Shares of United Development Funding IV have plummeted after an investor website published a report that alleged the real estate investment trust has operated for years like a Ponzi scheme.
On Thursday, Harvest Exchange, an online professional network for investors, published
an anonymous post about UDF titled: “A Texas-Sized Scheme: Exposing the Darkest Corner of the REIT Business, United Development Funding,” which has $1.3 billion of assets on the books of various REITs, including UDF IV.
After the post was published, the REIT's share price dropped to $10.10 from $17.53, a decrease of 42.4%. Shares fell further on Friday, closing at $8.55, down 51% for the week.
Based in the Dallas area, UDF IV was a nontraded REIT that listed on the Nasdaq in June 2014. It was sold to investors from 2009 to 2013 at $20 per share.
Realty Capital Securities, a wholesaling brokerage started by Nicholas Schorsch as part of RCS Capital Corp., or RCAP, was the marketing and wholesaling broker-dealer for UDF IV. That firm
is closing down after it agreed to pay a $3 million fine to the Massachusetts securities division to settle charges it fabricated shareholder proxy votes.
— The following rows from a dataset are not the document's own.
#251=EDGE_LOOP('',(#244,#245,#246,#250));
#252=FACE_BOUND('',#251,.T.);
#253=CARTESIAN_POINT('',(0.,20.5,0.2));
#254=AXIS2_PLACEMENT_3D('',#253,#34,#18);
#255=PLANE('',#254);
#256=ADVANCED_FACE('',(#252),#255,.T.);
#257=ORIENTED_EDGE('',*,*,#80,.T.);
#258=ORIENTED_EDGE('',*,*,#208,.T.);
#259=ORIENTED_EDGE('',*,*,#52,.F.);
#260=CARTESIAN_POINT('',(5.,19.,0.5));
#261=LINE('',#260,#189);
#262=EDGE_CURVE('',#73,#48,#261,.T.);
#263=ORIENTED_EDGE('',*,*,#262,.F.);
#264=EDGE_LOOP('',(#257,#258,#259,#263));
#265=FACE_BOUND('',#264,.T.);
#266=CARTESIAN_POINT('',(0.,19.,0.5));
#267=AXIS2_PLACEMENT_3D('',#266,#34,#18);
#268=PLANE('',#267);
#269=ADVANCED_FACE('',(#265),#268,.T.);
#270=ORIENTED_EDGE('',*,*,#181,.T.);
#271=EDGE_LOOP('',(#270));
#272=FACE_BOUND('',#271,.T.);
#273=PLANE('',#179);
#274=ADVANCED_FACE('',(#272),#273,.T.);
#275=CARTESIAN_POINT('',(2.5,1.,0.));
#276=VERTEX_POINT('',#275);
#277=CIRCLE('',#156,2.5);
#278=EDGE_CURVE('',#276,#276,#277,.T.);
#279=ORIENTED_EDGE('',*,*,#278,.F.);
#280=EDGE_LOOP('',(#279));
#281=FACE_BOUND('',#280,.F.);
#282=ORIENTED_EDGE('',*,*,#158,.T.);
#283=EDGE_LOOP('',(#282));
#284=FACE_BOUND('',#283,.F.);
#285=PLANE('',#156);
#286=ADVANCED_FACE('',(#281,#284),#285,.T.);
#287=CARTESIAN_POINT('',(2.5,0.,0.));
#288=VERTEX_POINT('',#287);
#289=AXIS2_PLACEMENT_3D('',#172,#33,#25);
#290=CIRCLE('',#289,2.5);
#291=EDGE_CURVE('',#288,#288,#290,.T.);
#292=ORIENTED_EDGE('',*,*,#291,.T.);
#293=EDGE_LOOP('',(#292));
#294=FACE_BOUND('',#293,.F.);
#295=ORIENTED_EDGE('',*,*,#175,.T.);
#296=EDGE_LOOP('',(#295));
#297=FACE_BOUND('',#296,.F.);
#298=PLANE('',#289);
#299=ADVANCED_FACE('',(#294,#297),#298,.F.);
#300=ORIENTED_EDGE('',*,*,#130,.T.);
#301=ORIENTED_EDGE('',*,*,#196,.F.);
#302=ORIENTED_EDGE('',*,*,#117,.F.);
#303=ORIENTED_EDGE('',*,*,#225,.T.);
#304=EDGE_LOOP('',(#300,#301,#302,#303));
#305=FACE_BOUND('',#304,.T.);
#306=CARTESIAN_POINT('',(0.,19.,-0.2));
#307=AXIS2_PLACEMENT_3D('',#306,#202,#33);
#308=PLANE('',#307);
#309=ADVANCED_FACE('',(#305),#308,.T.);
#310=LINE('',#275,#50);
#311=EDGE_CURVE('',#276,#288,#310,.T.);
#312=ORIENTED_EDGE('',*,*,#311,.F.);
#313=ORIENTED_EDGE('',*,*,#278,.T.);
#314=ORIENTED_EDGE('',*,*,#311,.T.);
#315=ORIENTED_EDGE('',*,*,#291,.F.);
“The UDF umbrella exhibits characteristics emblematic of a Ponzi scheme,” according to the Harvest posting. Those characteristics include new capital used to fund distributions to existing investors and subsequent UDF companies providing significant liquidity to earlier vintage UDF companies, allowing them to pay earlier investors. Once the funding of retail capital to the latest UDF fund is halted, the “earlier UDF companies do not appear capable of standing alone and the entire structure will likely unravel, with investors left holding the bag,” according to the Harvest post.
UDF fired back, putting the blame for the post on
a hedge fund looking to profit by taking a short position in the company. The UDF companies “are aware that a hedge fund has created a significant short position in” UDF IV shares, according to a company statement from Thursday night. “We believe that this hedge fund is trying to unlawfully profit by manipulating and depressing the price of” UDF IV shares, according to the company's statement.
In the same release, UDF IV said it was cooperating in a Securities and Exchange Commission “fact-finding investigation” since April 2014, or two months before it became a listed company. “The SEC has informed the companies that this investigation is not an indication that any violations of law have occurred or that the SEC has any negative opinion of any person, entity or security,” according to UDF IV's statement.
(Related: SEC warns brokerages: Monitor risky products better)
UDF spokeswoman Stacey Dwyer on Friday did not return a call to comment. William Kahane, who along with Nicholas Schorsch was a co-founder of AR Capital, resigned from the board of another UDF REIT, UDF V, last month. At the same time, the REIT's accounting firm, Whitley Penn, said it declined to stand for reappointment as the auditor for each of the various UDF companies.